Mars, Venus, and Sexy Underwear

Barb Here

I may not publish this post. (Because do you really need to read a post about communication between the sexes and pee-proof underwear? Isn’t that one bridge too far?

I know what will happen, though: I’ll write it, share it with Lynnelle and she’ll make me publish it. (She did. Lynnelle made me post this.)

Sometimes, I Just Need to Write About It—Whatever “It” is That Day

The events I’m about to describe are exacerbated by our tight living quarters. (Boat life ain’t for sissies.) But I expect that these conversations occur every blessed day in any home populated by retirees. This may not be a Mar/Venus or Man/Woman thing. It may be a couples/personalities thing, but it’s my post so I’m going with a Husband/Wife Thing strengthened by our respective oral proclivities. In other words, the events I’m about to describe happen because both EW and I talk—sometimes too much and too often.
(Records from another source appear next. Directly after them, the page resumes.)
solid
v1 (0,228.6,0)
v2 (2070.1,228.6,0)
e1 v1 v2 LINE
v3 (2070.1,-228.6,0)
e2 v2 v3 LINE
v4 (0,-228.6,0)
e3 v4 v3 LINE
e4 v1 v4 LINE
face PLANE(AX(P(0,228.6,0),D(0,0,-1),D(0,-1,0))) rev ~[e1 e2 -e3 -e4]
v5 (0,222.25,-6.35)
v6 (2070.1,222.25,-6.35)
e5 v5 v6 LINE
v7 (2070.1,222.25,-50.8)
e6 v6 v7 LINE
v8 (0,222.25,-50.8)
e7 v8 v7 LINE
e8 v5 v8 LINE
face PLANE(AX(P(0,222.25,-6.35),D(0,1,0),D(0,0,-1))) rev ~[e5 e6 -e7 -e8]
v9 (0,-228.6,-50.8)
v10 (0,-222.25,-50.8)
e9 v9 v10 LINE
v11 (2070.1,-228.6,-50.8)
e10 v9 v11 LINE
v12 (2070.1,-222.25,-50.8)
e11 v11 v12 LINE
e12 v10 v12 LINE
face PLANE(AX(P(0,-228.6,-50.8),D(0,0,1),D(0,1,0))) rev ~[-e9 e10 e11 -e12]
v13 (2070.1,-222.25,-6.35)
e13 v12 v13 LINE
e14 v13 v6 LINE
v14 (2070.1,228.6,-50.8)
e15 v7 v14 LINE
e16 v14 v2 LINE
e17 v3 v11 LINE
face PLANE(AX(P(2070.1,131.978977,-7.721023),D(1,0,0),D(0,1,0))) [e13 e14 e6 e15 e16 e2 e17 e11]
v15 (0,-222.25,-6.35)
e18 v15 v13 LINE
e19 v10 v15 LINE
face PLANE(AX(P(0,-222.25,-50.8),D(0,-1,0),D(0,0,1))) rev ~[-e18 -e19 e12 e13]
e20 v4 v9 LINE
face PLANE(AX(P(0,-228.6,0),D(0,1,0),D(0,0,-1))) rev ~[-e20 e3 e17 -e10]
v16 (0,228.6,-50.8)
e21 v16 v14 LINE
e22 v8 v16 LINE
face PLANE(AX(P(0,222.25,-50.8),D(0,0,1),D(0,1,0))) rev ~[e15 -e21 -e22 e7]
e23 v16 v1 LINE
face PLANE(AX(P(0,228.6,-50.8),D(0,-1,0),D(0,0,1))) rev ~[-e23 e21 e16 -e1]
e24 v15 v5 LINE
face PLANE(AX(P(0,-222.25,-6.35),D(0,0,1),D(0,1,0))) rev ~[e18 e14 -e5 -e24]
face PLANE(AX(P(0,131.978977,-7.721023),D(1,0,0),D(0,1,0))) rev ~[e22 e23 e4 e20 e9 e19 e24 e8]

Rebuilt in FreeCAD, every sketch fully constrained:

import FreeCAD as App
import Part
import Sketcher
from FreeCAD import Vector
Q = App.Units.Quantity


def add_polygon(sketch, points):
    """Adds a closed chain of lines whose ends are joined by coincident constraints."""
    first, n = sketch.GeometryCount, len(points)
    for a, b in zip(points, points[1:] + points[:1]):
        sketch.addGeometry(Part.LineSegment(App.Vector(*a, 0), App.Vector(*b, 0)), False)
    for i in range(n):
        sketch.addConstraint(Sketcher.Constraint("Coincident", first + i, 2, first + (i + 1) % n, 1))

doc = App.newDocument("Part")
body = doc.addObject("PartDesign::Body", "Body")

# Sketch on YZ plane
sketch1 = body.newObject("Sketcher::SketchObject", "Sketch")
sketch1.AttachmentSupport = (doc.getObject("YZ_Plane"), [""])
sketch1.MapMode = "FlatFace"
add_polygon(sketch1, [(228.6, 0), (-228.6, 0), (-228.6, -50.8), (-222.25, -50.8), (-222.25, -6.35), (222.25, -6.35), (222.25, -50.8), (228.6, -50.8)])  # lines 0-7
sketch1.addConstraint([
    Sketcher.Constraint("Horizontal", 0),
    Sketcher.Constraint("Vertical", 1),
    Sketcher.Constraint("Horizontal", 2),
    Sketcher.Constraint("Vertical", 3),
    Sketcher.Constraint("Horizontal", 4),
    Sketcher.Constraint("Vertical", 5),
    Sketcher.Constraint("Horizontal", 6),
    Sketcher.Constraint("Vertical", 7),
    Sketcher.Constraint("Symmetric", 0, 2, 7, 2, -1, 1),
    Sketcher.Constraint("Symmetric", 2, 2, 5, 2, -2),
    Sketcher.Constraint("DistanceX", 0, 2, 0, 1, Q("18 in")),
    Sketcher.Constraint("DistanceY", 1, 2, 1, 1, Q("2 in")),
    Sketcher.Constraint("DistanceX", 4, 1, 4, 2, Q("17.5 in")),
    Sketcher.Constraint("DistanceY", 3, 1, 3, 2, Q("1.75 in")),
])
pad1 = body.newObject("PartDesign::Pad", "Pad")
pad1.Profile = sketch1
pad1.Length = Q("81.5 in")

doc.recompute()
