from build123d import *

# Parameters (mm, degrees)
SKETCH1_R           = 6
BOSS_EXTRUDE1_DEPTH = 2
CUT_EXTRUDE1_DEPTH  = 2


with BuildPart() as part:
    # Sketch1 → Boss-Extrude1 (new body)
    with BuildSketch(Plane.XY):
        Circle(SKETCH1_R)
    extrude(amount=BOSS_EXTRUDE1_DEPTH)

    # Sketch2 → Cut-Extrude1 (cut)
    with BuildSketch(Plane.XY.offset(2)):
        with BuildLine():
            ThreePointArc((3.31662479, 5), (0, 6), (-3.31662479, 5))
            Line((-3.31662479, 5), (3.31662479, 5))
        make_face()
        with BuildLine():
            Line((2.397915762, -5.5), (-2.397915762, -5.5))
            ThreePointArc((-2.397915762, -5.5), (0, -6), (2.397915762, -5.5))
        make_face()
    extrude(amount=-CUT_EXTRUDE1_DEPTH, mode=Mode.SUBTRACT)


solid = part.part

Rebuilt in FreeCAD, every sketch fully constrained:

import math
import FreeCAD as App
import Part
import Sketcher
from FreeCAD import Vector

doc = App.newDocument("Part")
params = doc.addObject("Spreadsheet::Sheet", "Params")
for row, (alias, value) in enumerate([
    ("sketch1_diameter", "12 mm"),
    ("pad1_length", "2 mm"),
    ("sketch2_radius", "6 mm"),
    ("pocket1_length", "2 mm"),
], start=1):
    params.set(f"A{row}", alias)
    params.set(f"B{row}", "=" + value)
    params.setAlias(f"B{row}", alias)

body = doc.addObject("PartDesign::Body", "Body")

sketch1 = body.newObject("Sketcher::SketchObject", "Sketch")
sketch1.AttachmentSupport = (doc.getObject("XY_Plane"), [""])
sketch1.MapMode = "FlatFace"
sketch1.addGeometry(Part.Circle(Vector(0, 0, 0), Vector(0, 0, 1), 6), False)
sketch1.addConstraint(Sketcher.Constraint("Coincident", 0, 3, -1, 1))
sketch1.addConstraint(Sketcher.Constraint("Diameter", 0, 12.0))
sketch1.setExpression("Constraints[1]", "Params.sketch1_diameter")
pad1 = body.newObject("PartDesign::Pad", "Pad")
pad1.Profile = sketch1
pad1.setExpression("Length", "Params.pad1_length")

sketch2 = body.newObject("Sketcher::SketchObject", "Sketch001")
sketch2.AttachmentSupport = (doc.getObject("XY_Plane"), [""])
sketch2.MapMode = "FlatFace"
sketch2.AttachmentOffset = App.Placement(Vector(0, 0, 2), App.Rotation())
sketch2.addGeometry(Part.ArcOfCircle(Part.Circle(Vector(0, 0, 0), Vector(0, 0, 1), 6), math.radians(56), math.radians(124)), False)
sketch2.addGeometry(Part.LineSegment(Vector(-3.3, 5, 0), Vector(3.3, 5, 0)), False)
sketch2.addGeometry(Part.LineSegment(Vector(2.4, -5.5, 0), Vector(-2.4, -5.5, 0)), False)
sketch2.addGeometry(Part.ArcOfCircle(Part.Circle(Vector(0, 0, 0), Vector(0, 0, 1), 6), math.radians(-114), math.radians(-66)), False)
sketch2.addConstraint(Sketcher.Constraint("Coincident", 0, 1, 1, 2))
sketch2.addConstraint(Sketcher.Constraint("Coincident", 1, 1, 0, 2))
sketch2.addConstraint(Sketcher.Constraint("Coincident", 2, 1, 3, 2))
sketch2.addConstraint(Sketcher.Constraint("Coincident", 3, 1, 2, 2))
sketch2.addConstraint(Sketcher.Constraint("Horizontal", 1))
sketch2.addConstraint(Sketcher.Constraint("Horizontal", 2))
sketch2.addConstraint(Sketcher.Constraint("Coincident", 0, 3, -1, 1))
sketch2.addConstraint(Sketcher.Constraint("Coincident", 3, 3, -1, 1))
sketch2.addConstraint(Sketcher.Constraint("Equal", 0, 3))
sketch2.addConstraint(Sketcher.Constraint("Radius", 0, 6.0))
sketch2.addConstraint(Sketcher.Constraint("DistanceY", -1, 1, 0, 1, 5.0))
sketch2.addConstraint(Sketcher.Constraint("DistanceY", 2, 1, -1, 1, 5.5))
sketch2.setExpression("Constraints[9]", "Params.sketch2_radius")
pocket1 = body.newObject("PartDesign::Pocket", "Pocket")
pocket1.Profile = sketch2
pocket1.setExpression("Length", "Params.pocket1_length")

doc.recompute()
Harkening back to Mars/Venus, did you read that book way back when? One of the things that hit home is that Husbands (from Mars) more often want to fix the problem

s their Venus-native wives present. While wives sometimes (often) just want to express their thoughts and be “heard”, not fixed. Back to that oral thing…both of us tend to exclaim or talk to ourselves out loud; neither of us wants the other to answer in these situations. If EW is working on a project I (being from Venus and intuitive) have learned to differentiate his out-loud musings. Most I ignore but if there is a certain tone or accompanying crash or splash, I will say, “Do you need help?” He can answer no and move on. Conversation (if one could call it that) over.

What’s Sauce for the Goose is Fodder for the Gander

When I exclaim, EW wants more information. I just went on deck to take photos of this stage of the deck projects and banged my wounded ankle on some hardware, saying, “Damn!”  He, of course, wanted to know what happened. Now that sounds benign, but he always wants to know. I could be struggling with the laptop, or a word, or reading a memo and—if I utter anything—he wants to know all about it. Except he truly doesn’t want to know. He can’t help, barely listens, and will have no opinion, but he asks.

(This does not explain the times I’m actually talking to him and he totally ignores me, prompting me to say, “Just because I talk a lot doesn’t mean I have nothing to say.” Yes, he can’t win.)

There are times though, that I just don’t need/want/can’t stand to give him the run down. This actually happened the last time I gathered laundry for a trip ashore.

No, EW, You Don’t Want to Know

I was in our master stateroom (bedroom) loading the cavernous laundry bag and realized I’d either buried the detergent or lost it. So I had to dump the laundry back onto thesole (floor) and pick through it. (I buy large jugs of detergent and transfer them to a small squeeze bottle for trips ashore. Works great—except when it doesn’t.)

I tripped over the laundry and banged my sore ankle (and I wonder why it’s taking so long to heal) and had to pee. Now, I’ve found lately that sometimes I have to go to the bathroom and at other times I HAVE TO PEE! The latter is often a case of I HAVE TO PEE combined with “I need to look into that pee-proof underwear.” So, yes, I dribbled and at that moment, I uttered “Shit.” (Lack of exclamation mark denotes uttering not yelling.)

Of course, EW, who often can ignore or not hear his phone from that distance, heard the uttered swear word, asked if I was OK, and then asked (twice) what had happened. Seriously? I didn’t have time to answer as I was trucking to the head (toilet). Yeah, like I was going to stop everything and explain my temporary incontinence.

#GET OUT OF MY WAY. #YOU ARE NOT HELPING.

And yeah, this is not one of our loftier posts, but if you’ve ever found yourself stopping to cross your legs while laughing or before a sneeze, then you know what I mean.

Admit it, this is real life for many of us over 60, please let me know I’m not alone here.

In the meantime, I have to exercise my pelvic floor because, while I have no interest in wearing the sexy lacy underwear Lynnelle has promised herself, I’m not emotionally ready for the pee-proof underwear variety just yet.